Computer Science 385
Design and Analysis of Algorithms
Spring 2019, Siena College
We will be studying many graph algorithms this semester, some of which you will be implementing in Java. For many of these tasks, you will be working with real-world data sets derived from highway systems. This lab will introduce you to that data.
You will be assigned a partner to work with on this lab. Each group member must complete all tasks and submit his/her own copy of this packet.
All required code deliverables should be committed and pushed to the master branch for your repository's origin on GitHub. If you see everything you intend to submit when you visit your repository's page on GitHub, you're set.
Learning goals:
Getting Set Up
You will receive an email with the link to follow to set up your GitHub repository, which will be named metalintro-lab-yourgitname, for this Lab. Only one member of the group should follow the link to set up the repository on GitHub, then others will be granted write access.
The Graph Data
A big advantage of working with this kind of data is that it has a connection to reality, and that we can visualize the data and the results of our manipulations of that data in map form. This data is collected by members of the Travel Mapping (TM) Project (http://travelmapping.net/). The Map-based Educational Tools for Algorithm Learning (METAL) Project (/metal/) uses data from the TM project and converts it into a format that is more convenient for us to load into a graph structure and use. Much more about the project is available at the link above, but everything you need to know for this week should be in this document.
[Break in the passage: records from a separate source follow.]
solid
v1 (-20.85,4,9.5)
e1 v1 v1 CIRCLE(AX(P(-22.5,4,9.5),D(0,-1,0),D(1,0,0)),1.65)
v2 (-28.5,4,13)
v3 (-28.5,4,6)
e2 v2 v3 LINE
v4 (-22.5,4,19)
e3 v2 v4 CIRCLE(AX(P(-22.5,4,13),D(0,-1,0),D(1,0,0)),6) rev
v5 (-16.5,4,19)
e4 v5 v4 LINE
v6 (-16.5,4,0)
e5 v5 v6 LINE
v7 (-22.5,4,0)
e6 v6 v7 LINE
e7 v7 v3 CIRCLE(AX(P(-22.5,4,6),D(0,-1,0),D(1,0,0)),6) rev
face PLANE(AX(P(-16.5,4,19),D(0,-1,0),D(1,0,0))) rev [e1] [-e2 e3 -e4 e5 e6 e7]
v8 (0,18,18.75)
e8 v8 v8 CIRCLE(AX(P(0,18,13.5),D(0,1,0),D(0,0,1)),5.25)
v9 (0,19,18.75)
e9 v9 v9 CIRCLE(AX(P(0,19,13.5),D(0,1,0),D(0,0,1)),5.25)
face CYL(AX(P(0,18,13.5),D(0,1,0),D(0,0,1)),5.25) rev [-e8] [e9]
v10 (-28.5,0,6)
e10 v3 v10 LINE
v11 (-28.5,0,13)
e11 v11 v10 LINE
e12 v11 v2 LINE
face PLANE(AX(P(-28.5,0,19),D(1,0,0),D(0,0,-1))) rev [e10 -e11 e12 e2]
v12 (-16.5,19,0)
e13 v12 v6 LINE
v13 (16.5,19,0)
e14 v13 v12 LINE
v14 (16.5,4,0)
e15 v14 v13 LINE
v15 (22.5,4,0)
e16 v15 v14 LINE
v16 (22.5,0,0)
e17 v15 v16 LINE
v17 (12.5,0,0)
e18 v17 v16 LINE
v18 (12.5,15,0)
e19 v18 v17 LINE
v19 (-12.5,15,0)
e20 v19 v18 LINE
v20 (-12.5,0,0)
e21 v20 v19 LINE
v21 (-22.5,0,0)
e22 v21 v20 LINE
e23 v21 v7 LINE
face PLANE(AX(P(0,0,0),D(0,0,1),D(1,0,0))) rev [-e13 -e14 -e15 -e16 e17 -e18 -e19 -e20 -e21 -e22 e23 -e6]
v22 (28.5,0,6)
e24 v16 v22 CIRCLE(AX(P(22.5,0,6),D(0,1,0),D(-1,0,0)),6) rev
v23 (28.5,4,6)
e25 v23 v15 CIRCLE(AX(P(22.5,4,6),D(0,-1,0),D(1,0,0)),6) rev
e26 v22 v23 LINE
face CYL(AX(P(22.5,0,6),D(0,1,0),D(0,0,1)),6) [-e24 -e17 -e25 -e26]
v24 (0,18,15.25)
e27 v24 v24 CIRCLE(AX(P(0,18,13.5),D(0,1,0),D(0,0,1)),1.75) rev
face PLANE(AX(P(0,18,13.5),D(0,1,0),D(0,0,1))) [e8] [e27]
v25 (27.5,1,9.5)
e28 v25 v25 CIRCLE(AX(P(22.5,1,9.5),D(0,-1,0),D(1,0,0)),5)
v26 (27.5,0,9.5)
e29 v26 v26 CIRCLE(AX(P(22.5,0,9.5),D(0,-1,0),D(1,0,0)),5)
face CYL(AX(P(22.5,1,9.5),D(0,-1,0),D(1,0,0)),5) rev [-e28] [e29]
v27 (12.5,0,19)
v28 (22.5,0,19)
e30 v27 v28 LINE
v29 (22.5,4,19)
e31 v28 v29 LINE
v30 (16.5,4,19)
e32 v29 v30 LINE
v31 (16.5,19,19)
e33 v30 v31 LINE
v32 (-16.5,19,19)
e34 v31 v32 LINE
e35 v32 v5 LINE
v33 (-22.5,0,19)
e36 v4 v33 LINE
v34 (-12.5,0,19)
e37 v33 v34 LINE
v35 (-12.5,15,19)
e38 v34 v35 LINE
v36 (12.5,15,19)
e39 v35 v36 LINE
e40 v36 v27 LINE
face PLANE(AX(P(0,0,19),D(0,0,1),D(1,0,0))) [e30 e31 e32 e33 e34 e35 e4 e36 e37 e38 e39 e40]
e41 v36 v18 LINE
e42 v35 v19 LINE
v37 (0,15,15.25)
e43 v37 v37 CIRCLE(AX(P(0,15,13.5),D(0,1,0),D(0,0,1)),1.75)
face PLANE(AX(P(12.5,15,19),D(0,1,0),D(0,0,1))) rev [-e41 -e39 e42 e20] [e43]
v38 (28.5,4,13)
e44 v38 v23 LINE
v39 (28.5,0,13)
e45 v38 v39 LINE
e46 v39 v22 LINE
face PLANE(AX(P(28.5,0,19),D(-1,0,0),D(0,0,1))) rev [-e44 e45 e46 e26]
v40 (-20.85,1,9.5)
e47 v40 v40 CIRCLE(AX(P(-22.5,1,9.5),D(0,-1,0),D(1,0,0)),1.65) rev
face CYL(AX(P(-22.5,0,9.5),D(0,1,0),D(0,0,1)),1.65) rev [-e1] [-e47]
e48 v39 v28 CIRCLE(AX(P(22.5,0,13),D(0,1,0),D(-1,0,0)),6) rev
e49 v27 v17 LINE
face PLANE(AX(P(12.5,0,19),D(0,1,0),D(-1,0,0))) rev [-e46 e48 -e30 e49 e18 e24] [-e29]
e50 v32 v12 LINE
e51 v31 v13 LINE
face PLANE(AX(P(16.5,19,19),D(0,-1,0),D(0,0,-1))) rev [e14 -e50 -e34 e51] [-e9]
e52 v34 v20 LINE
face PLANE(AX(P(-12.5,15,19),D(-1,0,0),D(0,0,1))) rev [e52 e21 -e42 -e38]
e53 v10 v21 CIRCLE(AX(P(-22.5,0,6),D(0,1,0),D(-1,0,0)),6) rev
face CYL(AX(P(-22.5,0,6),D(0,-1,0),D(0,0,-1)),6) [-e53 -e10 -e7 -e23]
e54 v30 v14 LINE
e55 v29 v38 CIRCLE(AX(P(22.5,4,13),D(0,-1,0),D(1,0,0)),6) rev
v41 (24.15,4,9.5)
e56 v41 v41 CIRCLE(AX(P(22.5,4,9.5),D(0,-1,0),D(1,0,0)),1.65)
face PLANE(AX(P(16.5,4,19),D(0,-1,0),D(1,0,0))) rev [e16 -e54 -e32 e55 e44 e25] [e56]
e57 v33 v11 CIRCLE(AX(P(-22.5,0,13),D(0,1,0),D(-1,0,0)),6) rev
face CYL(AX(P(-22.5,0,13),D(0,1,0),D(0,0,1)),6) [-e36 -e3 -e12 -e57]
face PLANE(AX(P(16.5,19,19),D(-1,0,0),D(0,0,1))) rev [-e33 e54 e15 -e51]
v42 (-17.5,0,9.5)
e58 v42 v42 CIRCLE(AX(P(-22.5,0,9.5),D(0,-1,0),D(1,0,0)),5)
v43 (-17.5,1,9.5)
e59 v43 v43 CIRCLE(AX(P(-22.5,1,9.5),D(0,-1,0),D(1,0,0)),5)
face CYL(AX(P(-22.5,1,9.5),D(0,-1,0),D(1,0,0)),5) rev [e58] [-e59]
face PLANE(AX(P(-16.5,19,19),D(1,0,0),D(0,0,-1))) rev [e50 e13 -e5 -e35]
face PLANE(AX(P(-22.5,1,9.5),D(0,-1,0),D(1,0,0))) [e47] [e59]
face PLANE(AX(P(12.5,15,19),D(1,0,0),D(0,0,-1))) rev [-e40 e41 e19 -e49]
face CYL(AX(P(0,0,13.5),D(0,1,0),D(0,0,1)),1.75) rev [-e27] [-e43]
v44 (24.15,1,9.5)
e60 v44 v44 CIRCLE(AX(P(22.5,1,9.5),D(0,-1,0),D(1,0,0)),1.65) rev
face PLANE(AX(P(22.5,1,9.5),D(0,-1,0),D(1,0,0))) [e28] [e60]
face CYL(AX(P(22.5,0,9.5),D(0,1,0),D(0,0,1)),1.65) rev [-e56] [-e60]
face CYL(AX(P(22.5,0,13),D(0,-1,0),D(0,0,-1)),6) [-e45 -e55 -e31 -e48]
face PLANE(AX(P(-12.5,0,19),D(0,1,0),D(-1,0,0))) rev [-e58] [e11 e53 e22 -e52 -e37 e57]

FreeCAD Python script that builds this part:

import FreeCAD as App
import Part
import Sketcher
from FreeCAD import Vector
Q = App.Units.Quantity


def edges_at(feature, points):
    """Names of the edges that pass closest to the given points."""
    edges = feature.Shape.Edges
    near = lambda p: min(range(len(edges)), key=lambda i: edges[i].distToShape(Part.Vertex(*p))[0])
    return sorted({f"Edge{near(p) + 1}" for p in points})


def add_polygon(sketch, points):
    """Adds a closed chain of lines whose ends are joined by coincident constraints."""
    first, n = sketch.GeometryCount, len(points)
    for a, b in zip(points, points[1:] + points[:1]):
        sketch.addGeometry(Part.LineSegment(App.Vector(*a, 0), App.Vector(*b, 0)), False)
    for i in range(n):
        sketch.addConstraint(Sketcher.Constraint("Coincident", first + i, 2, first + (i + 1) % n, 1))

doc = App.newDocument("Part")
body = doc.addObject("PartDesign::Body", "Body")

# Sketch on XY plane
sketch1 = body.newObject("Sketcher::SketchObject", "Sketch")
sketch1.AttachmentSupport = (doc.getObject("XY_Plane"), [""])
sketch1.MapMode = "FlatFace"
add_polygon(sketch1, [(-12.5, 15), (12.5, 15), (12.5, 0), (28.5, 0), (28.5, 4), (16.5, 4), (16.5, 19), (-16.5, 19), (-16.5, 4), (-28.5, 4), (-28.5, 0), (-12.5, 0)])  # lines 0-11
sketch1.addConstraint([
    Sketcher.Constraint("Horizontal", 0),
    Sketcher.Constraint("Vertical", 1),
    Sketcher.Constraint("Horizontal", 2),
    Sketcher.Constraint("Vertical", 3),
    Sketcher.Constraint("Horizontal", 4),
    Sketcher.Constraint("Vertical", 5),
    Sketcher.Constraint("Horizontal", 6),
    Sketcher.Constraint("Vertical", 7),
    Sketcher.Constraint("Horizontal", 8),
    Sketcher.Constraint("Vertical", 9),
    Sketcher.Constraint("Horizontal", 10),
    Sketcher.Constraint("Vertical", 11),
    Sketcher.Constraint("Symmetric", 2, 2, 9, 2, -1, 1),
    Sketcher.Constraint("Symmetric", 4, 2, 7, 2, -2),
    Sketcher.Constraint("Symmetric", 1, 2, 10, 2, -2),
    Sketcher.Constraint("Equal", 1, 5),
    Sketcher.Constraint("DistanceX", 0, 1, 0, 2, Q("25 mm")),
    Sketcher.Constraint("DistanceX", 2, 1, 2, 2, Q("16 mm")),
    Sketcher.Constraint("DistanceX", 4, 2, 4, 1, Q("12 mm")),
    Sketcher.Constraint("DistanceY", 1, 2, 1, 1, Q("15 mm")),
    Sketcher.Constraint("DistanceY", 3, 1, 3, 2, Q("4 mm")),
])
pad1 = body.newObject("PartDesign::Pad", "Pad")
pad1.Profile = sketch1
pad1.Length = 19

# Sketch on XZ plane
sketch2 = body.newObject("Sketcher::SketchObject", "Sketch001")
sketch2.AttachmentSupport = (doc.getObject("XZ_Plane"), [""])
sketch2.MapMode = "FlatFace"
sketch2.AttachmentOffset = App.Placement(Vector(0, 0, -19), App.Rotation())
sketch2.addGeometry([
    Part.Circle(Vector(0, 13.5, 0), Vector(0, 0, 1), 1.8),
    Part.Circle(Vector(-22.5, 9.5, 0), Vector(0, 0, 1), 1.6),
    Part.Circle(Vector(22.5, 9.5, 0), Vector(0, 0, 1), 1.6),
], False)
sketch2.addConstraint([
    Sketcher.Constraint("Equal", 1, 2),
    Sketcher.Constraint("Symmetric", 1, 3, 2, 3, -2),
    Sketcher.Constraint("PointOnObject", 0, 3, -2),
    Sketcher.Constraint("Diameter", 0, Q("3.5 mm")),
    Sketcher.Constraint("Diameter", 1, Q("3.3 mm")),
    Sketcher.Constraint("DistanceY", 1, 3, 0, 3, Q("4 mm")),
    Sketcher.Constraint("DistanceX", 1, 3, 2, 3, Q("45 mm")),
    Sketcher.Constraint("DistanceY", -1, 1, 0, 3, Q("13.5 mm")),
])
pocket1 = body.newObject("PartDesign::Pocket", "Pocket")
pocket1.Profile = sketch2
pocket1.Type = "ThroughAll"
pocket1.Midplane = True
doc.recompute()

fillet = body.newObject("PartDesign::Fillet", "Fillet")
fillet.Base = (pocket1, edges_at(pocket1, [
    (28.5, 2, 0),
    (-28.5, 2, 0),
    (-28.5, 2, 19),
    (28.5, 2, 19),
]))
fillet.Radius = 6

# Sketch on XZ plane
sketch3 = body.newObject("Sketcher::SketchObject", "Sketch002")
sketch3.AttachmentSupport = (doc.getObject("XZ_Plane"), [""])
sketch3.MapMode = "FlatFace"
sketch3.addGeometry([
    Part.Circle(Vector(-22, 10, 0), Vector(0, 0, 1), 5),
    Part.Circle(Vector(22, 10, 0), Vector(0, 0, 1), 5),
], False)
sketch3.addConstraint([
    Sketcher.Constraint("Equal", 0, 1),
    Sketcher.Constraint("Symmetric", 0, 3, 1, 3, -2),
    Sketcher.Constraint("Diameter", 0, Q("10 mm")),
    Sketcher.Constraint("DistanceX", 0, 3, 1, 3, Q("45 mm")),
    Sketcher.Constraint("DistanceY", -1, 1, 0, 3, Q("9.5 mm")),
])
pocket2 = body.newObject("PartDesign::Pocket", "Pocket001")
pocket2.Profile = sketch3
pocket2.Length = 1

# Sketch on XZ plane
sketch4 = body.newObject("Sketcher::SketchObject", "Sketch003")
sketch4.AttachmentSupport = (doc.getObject("XZ_Plane"), [""])
sketch4.MapMode = "FlatFace"
sketch4.AttachmentOffset = App.Placement(Vector(0, 0, -19), App.Rotation())
sketch4.addGeometry(Part.Circle(Vector(0, 14, 0), Vector(0, 0, 1), 5), False)
sketch4.addConstraint([
    Sketcher.Constraint("PointOnObject", 0, 3, -2),
    Sketcher.Constraint("Diameter", 0, Q("10.5 mm")),
    Sketcher.Constraint("DistanceY", -1, 1, 0, 3, Q("13.5 mm")),
])
pocket3 = body.newObject("PartDesign::Pocket", "Pocket002")
pocket3.Profile = sketch4
pocket3.Length = 1
pocket3.Reversed = True

doc.recompute()
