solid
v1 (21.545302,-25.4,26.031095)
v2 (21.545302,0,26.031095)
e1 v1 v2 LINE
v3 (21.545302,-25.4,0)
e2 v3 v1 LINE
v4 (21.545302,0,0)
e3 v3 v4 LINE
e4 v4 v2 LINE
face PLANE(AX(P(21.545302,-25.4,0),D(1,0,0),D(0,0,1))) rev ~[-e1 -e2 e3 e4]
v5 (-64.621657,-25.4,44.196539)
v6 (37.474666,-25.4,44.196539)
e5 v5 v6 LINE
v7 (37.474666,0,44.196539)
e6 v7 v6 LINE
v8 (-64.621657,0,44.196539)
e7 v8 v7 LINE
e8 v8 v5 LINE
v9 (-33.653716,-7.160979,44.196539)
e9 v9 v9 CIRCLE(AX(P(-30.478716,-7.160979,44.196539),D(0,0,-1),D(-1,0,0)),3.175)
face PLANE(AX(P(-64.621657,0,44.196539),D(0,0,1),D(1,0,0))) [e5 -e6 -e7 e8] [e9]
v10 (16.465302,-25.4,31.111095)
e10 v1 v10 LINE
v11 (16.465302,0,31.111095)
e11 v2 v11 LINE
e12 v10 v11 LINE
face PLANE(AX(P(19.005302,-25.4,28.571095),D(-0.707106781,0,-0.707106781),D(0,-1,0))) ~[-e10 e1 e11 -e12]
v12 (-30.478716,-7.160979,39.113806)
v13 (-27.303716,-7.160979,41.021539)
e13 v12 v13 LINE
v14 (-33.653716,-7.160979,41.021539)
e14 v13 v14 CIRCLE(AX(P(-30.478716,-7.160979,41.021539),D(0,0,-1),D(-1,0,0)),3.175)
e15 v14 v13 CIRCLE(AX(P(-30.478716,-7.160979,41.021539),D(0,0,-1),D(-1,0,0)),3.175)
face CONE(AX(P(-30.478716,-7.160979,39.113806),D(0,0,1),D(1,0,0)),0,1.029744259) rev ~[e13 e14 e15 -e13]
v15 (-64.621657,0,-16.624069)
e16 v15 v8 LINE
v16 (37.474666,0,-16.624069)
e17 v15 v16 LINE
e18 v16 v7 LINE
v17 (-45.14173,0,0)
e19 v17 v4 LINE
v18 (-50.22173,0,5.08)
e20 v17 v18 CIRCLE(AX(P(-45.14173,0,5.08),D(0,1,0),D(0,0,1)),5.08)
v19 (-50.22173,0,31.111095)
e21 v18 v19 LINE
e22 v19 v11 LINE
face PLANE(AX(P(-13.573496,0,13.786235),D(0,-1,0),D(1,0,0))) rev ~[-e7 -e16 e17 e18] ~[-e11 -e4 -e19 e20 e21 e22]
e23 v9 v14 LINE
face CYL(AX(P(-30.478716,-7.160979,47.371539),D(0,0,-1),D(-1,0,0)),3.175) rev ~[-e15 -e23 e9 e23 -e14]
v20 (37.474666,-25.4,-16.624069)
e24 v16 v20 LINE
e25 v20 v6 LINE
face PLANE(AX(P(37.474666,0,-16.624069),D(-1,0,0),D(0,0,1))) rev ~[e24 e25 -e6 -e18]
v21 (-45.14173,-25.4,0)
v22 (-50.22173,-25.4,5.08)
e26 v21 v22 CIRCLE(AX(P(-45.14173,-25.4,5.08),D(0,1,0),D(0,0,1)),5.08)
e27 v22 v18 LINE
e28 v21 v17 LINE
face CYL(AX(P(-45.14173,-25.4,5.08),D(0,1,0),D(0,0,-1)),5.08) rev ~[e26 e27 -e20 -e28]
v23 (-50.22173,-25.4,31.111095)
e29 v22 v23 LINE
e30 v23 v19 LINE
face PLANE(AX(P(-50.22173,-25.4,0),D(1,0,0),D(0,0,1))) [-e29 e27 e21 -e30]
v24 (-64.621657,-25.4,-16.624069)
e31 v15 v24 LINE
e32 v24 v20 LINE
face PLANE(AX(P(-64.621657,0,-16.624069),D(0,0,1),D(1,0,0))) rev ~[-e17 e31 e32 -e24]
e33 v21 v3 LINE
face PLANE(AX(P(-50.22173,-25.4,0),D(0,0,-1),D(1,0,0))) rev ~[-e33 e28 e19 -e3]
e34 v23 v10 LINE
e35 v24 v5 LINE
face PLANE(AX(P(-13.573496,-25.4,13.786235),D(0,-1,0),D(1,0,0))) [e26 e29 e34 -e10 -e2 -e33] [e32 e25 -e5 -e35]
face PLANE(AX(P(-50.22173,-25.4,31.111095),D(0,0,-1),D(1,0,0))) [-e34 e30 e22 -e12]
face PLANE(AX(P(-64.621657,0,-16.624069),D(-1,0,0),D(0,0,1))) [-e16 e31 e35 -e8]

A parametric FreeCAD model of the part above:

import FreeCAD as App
import Part
import Sketcher
from FreeCAD import Vector
Q = App.Units.Quantity


def edges_at(feature, points):
    """Names of the edges that pass closest to the given points."""
    edges = feature.Shape.Edges
    near = lambda p: min(range(len(edges)), key=lambda i: edges[i].distToShape(Part.Vertex(*p))[0])
    return sorted({f"Edge{near(p) + 1}" for p in points})

doc = App.newDocument("Part")
params = doc.addObject("Spreadsheet::Sheet", "Params")
for row, (alias, value) in enumerate([
    ("pad1_length", "1 in"),
    ("fillet_radius", "0.2 in"),
    ("chamfer_size", "0.2 in"),
    ("sketch3_diameter", "0.25 in"),
    ("hole_diameter", "0.25 in"),
    ("hole_depth", "0.125 in"),
], start=1):
    params.set(f"A{row}", alias)
    params.set(f"B{row}", "=" + value)
    params.setAlias(f"B{row}", alias)

body = doc.addObject("PartDesign::Body", "Body")

# Sketch on XZ plane
sketch1 = body.newObject("Sketcher::SketchObject", "Sketch")
sketch1.AttachmentSupport = (doc.getObject("XZ_Plane"), [""])
sketch1.MapMode = "FlatFace"
sketch1.addGeometry([
    Part.LineSegment(Vector(-65, 44, 0), Vector(-65, -17, 0)),
    Part.LineSegment(Vector(-65, -17, 0), Vector(37, -17, 0)),
    Part.LineSegment(Vector(37, -17, 0), Vector(37, 44, 0)),
    Part.LineSegment(Vector(37, 44, 0), Vector(-65, 44, 0)),
], False)
sketch1.addConstraint([
    Sketcher.Constraint("Coincident", 0, 2, 1, 1),
    Sketcher.Constraint("Coincident", 1, 2, 2, 1),
    Sketcher.Constraint("Coincident", 2, 2, 3, 1),
    Sketcher.Constraint("Coincident", 3, 2, 0, 1),
    Sketcher.Constraint("Vertical", 0),
    Sketcher.Constraint("Horizontal", 1),
    Sketcher.Constraint("Vertical", 2),
    Sketcher.Constraint("Horizontal", 3),
    Sketcher.Constraint("DistanceX", 1, 1, 1, 2, Q("102.096323 mm")),
    Sketcher.Constraint("DistanceY", 0, 2, 0, 1, Q("60.820607 mm")),
    Sketcher.Constraint("DistanceY", 0, 2, -1, 1, Q("16.624069 mm")),
    Sketcher.Constraint("DistanceX", 0, 2, -1, 1, Q("64.621657 mm")),
])
pad1 = body.newObject("PartDesign::Pad", "Pad")
pad1.Profile = sketch1
pad1.setExpression("Length", "Params.pad1_length")

# Sketch on XZ plane
sketch2 = body.newObject("Sketcher::SketchObject", "Sketch001")
sketch2.AttachmentSupport = (doc.getObject("XZ_Plane"), [""])
sketch2.MapMode = "FlatFace"
sketch2.AttachmentOffset = App.Placement(Vector(0, 0, 1 * 25.4), App.Rotation())
sketch2.addGeometry([
    Part.LineSegment(Vector(-50, 31, 0), Vector(-50, 0, 0)),
    Part.LineSegment(Vector(-50, 0, 0), Vector(22, 0, 0)),
    Part.LineSegment(Vector(22, 0, 0), Vector(22, 31, 0)),
    Part.LineSegment(Vector(22, 31, 0), Vector(-50, 31, 0)),
], False)
sketch2.addConstraint([
    Sketcher.Constraint("Coincident", 0, 2, 1, 1),
    Sketcher.Constraint("Coincident", 1, 2, 2, 1),
    Sketcher.Constraint("Coincident", 2, 2, 3, 1),
    Sketcher.Constraint("Coincident", 3, 2, 0, 1),
    Sketcher.Constraint("Vertical", 0),
    Sketcher.Constraint("Horizontal", 1),
    Sketcher.Constraint("Vertical", 2),
    Sketcher.Constraint("Horizontal", 3),
    Sketcher.Constraint("PointOnObject", 0, 2, -1),
    Sketcher.Constraint("DistanceX", 1, 1, 1, 2, Q("71.767032 mm")),
    Sketcher.Constraint("DistanceY", 0, 2, 0, 1, Q("31.111095 mm")),
    Sketcher.Constraint("DistanceX", 0, 2, -1, 1, Q("50.22173 mm")),
])
pocket1 = body.newObject("PartDesign::Pocket", "Pocket")
pocket1.Profile = sketch2
pocket1.Type = "ThroughAll"
doc.recompute()

fillet = body.newObject("PartDesign::Fillet", "Fillet")
fillet.Base = (pocket1, edges_at(pocket1, [(-50.222, -12.7, 0)]))
fillet.setExpression("Radius", "Params.fillet_radius")
doc.recompute()

chamfer = body.newObject("PartDesign::Chamfer", "Chamfer")
chamfer.Base = (fillet, edges_at(fillet, [(21.545, -12.7, 31.111)]))
chamfer.setExpression("Size", "Params.chamfer_size")

# Sketch on XY plane
sketch3 = body.newObject("Sketcher::SketchObject", "Sketch002")
sketch3.AttachmentSupport = (doc.getObject("XY_Plane"), [""])
sketch3.MapMode = "FlatFace"
sketch3.AttachmentOffset = App.Placement(Vector(0, 0, 44.196539), App.Rotation())
sketch3.addGeometry(Part.Circle(Vector(-30.5, -7.2, 0), Vector(0, 0, 1), 3.2), False)
sketch3.addConstraint([
    Sketcher.Constraint("Diameter", 0, Q("0.25 in")),
    Sketcher.Constraint("DistanceY", 0, 3, -1, 1, Q("7.160979 mm")),
    Sketcher.Constraint("DistanceX", 0, 3, -1, 1, Q("30.478716 mm")),
])
sketch3.setExpression("Constraints[0]", "Params.sketch3_diameter")
doc.recompute()
hole = body.newObject("PartDesign::Hole", "Hole")
hole.Profile = sketch3
hole.ThreadType = "None"
hole.setExpression("Diameter", "Params.hole_diameter")
hole.DepthType = "Dimension"
hole.setExpression("Depth", "Params.hole_depth")
hole.DrillPoint = "Angled"
hole.DrillPointAngle = 118

doc.recompute()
METAL provides hundreds of graph files that can be used to explore data structures and algorithms. They range in size from just a few to hundreds of thousands of vertices and edges. We can use the small graphs for tracing algorithms (or debugging code) by hand, medium-sized graphs for testing during implementation, and large graphs to help analyze the efficiency of algorithms and our implementations of them.
All graphs are linked from http://travelmapping.net/graphs/.
The graph data comes in two formats, simple and collapsed, which are described in detail at /metal/graph-formats.shtml. We will use the collapsed format graphs. For this first set of questions, please refer to the NY-region.tmg graph, which is included in your starter repository.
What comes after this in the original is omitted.